[EXERCISE MATERIAL Boundary: Start]

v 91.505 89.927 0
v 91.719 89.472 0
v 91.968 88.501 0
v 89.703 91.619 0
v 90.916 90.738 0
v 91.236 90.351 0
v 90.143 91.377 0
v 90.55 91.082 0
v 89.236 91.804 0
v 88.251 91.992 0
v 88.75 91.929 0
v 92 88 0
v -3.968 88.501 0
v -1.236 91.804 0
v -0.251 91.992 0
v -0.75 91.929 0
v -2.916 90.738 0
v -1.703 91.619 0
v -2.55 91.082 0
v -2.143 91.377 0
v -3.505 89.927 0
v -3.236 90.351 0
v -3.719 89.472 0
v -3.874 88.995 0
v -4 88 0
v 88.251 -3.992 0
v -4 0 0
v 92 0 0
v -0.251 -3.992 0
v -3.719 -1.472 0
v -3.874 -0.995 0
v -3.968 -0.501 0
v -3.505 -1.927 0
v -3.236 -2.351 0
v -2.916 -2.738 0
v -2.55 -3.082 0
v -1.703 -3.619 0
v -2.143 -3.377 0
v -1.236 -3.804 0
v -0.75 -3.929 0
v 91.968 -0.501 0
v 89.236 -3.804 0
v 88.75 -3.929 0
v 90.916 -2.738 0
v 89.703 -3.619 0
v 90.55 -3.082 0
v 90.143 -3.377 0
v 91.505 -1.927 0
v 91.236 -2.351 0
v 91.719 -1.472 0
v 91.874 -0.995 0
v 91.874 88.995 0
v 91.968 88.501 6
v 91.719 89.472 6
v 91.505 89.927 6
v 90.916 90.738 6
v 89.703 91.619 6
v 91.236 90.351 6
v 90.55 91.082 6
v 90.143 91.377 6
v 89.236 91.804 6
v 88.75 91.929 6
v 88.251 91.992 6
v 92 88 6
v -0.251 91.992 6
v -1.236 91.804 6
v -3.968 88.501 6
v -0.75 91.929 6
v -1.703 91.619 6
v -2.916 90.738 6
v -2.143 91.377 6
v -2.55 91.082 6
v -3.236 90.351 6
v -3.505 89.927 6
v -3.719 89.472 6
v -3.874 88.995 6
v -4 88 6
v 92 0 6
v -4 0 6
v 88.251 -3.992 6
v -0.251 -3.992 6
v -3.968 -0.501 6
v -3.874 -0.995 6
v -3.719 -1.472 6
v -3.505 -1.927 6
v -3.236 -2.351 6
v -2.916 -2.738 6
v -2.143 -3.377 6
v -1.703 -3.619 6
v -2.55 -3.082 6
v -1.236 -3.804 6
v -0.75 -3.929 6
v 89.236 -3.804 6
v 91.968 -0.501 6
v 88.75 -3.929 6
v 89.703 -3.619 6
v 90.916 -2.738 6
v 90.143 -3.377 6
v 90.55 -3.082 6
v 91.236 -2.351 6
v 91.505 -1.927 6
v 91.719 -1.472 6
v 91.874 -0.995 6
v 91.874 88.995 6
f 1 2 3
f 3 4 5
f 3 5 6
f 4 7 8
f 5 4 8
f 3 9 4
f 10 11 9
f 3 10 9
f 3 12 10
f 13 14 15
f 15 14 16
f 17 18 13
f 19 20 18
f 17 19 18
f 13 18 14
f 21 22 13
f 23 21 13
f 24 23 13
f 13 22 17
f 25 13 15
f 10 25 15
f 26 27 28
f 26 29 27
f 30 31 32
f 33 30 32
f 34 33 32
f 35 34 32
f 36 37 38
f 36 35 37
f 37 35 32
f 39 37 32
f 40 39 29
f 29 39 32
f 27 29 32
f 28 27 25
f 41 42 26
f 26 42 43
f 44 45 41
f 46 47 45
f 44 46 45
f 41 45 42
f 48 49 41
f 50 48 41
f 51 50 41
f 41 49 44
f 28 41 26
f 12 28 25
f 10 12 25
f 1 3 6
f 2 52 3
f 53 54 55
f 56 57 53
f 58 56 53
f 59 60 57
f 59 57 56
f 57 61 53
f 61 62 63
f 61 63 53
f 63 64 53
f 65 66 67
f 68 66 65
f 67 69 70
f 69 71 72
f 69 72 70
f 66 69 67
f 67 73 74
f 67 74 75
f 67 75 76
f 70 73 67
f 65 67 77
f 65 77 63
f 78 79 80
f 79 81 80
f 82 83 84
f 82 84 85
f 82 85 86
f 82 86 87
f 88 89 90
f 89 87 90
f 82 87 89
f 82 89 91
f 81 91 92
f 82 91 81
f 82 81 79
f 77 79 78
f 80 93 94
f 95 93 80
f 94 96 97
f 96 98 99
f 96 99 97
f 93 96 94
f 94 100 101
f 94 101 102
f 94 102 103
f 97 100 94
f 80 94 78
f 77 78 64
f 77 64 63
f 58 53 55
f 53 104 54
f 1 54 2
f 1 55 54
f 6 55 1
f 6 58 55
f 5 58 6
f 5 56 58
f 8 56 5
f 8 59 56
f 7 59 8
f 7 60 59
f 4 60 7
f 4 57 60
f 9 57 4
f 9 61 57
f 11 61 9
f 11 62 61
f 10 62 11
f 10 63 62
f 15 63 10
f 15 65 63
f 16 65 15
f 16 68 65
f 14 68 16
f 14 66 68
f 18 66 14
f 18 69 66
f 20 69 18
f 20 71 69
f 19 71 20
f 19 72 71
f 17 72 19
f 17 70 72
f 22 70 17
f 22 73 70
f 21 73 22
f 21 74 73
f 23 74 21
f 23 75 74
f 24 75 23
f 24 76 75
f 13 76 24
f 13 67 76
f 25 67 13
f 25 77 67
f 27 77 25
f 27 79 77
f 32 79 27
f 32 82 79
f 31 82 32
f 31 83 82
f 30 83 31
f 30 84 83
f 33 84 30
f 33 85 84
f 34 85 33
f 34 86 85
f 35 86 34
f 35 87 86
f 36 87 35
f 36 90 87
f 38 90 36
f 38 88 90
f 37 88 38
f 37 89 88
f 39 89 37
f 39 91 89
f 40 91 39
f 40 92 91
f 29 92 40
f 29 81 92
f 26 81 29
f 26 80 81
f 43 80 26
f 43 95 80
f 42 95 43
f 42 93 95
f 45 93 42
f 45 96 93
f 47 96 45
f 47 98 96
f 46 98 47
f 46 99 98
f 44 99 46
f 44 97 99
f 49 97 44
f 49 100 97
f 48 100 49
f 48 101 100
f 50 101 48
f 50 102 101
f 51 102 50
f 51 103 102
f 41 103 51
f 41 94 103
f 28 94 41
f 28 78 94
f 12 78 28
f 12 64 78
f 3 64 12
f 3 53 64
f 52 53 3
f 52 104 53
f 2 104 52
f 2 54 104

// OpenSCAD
a=96;
h=6;
r=4;

linear_extrude(h) {
  minkowski() {
    square(a-2*r);
    circle(r=r,$fn=50);
  }
}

[EXERCISE MATERIAL Boundary: End]

WORK ORDER – Take the lines above from the first through the one containing "v -0.75 91.929 6" and reproduce them exactly; include nothing else.

SOLVED PROBLEM –
v 91.505 89.927 0
v 91.719 89.472 0
v 91.968 88.501 0
v 89.703 91.619 0
v 90.916 90.738 0
v 91.236 90.351 0
v 90.143 91.377 0
v 90.55 91.082 0
v 89.236 91.804 0
v 88.251 91.992 0
v 88.75 91.929 0
v 92 88 0
v -3.968 88.501 0
v -1.236 91.804 0
v -0.251 91.992 0
v -0.75 91.929 0
v -2.916 90.738 0
v -1.703 91.619 0
v -2.55 91.082 0
v -2.143 91.377 0
v -3.505 89.927 0
v -3.236 90.351 0
v -3.719 89.472 0
v -3.874 88.995 0
v -4 88 0
v 88.251 -3.992 0
v -4 0 0
v 92 0 0
v -0.251 -3.992 0
v -3.719 -1.472 0
v -3.874 -0.995 0
v -3.968 -0.501 0
v -3.505 -1.927 0
v -3.236 -2.351 0
v -2.916 -2.738 0
v -2.55 -3.082 0
v -1.703 -3.619 0
v -2.143 -3.377 0
v -1.236 -3.804 0
v -0.75 -3.929 0
v 91.968 -0.501 0
v 89.236 -3.804 0
v 88.75 -3.929 0
v 90.916 -2.738 0
v 89.703 -3.619 0
v 90.55 -3.082 0
v 90.143 -3.377 0
v 91.505 -1.927 0
v 91.236 -2.351 0
v 91.719 -1.472 0
v 91.874 -0.995 0
v 91.874 88.995 0
v 91.968 88.501 6
v 91.719 89.472 6
v 91.505 89.927 6
v 90.916 90.738 6
v 89.703 91.619 6
v 91.236 90.351 6
v 90.55 91.082 6
v 90.143 91.377 6
v 89.236 91.804 6
v 88.75 91.929 6
v 88.251 91.992 6
v 92 88 6
v -0.251 91.992 6
v -1.236 91.804 6
v -3.968 88.501 6
v -0.75 91.929 6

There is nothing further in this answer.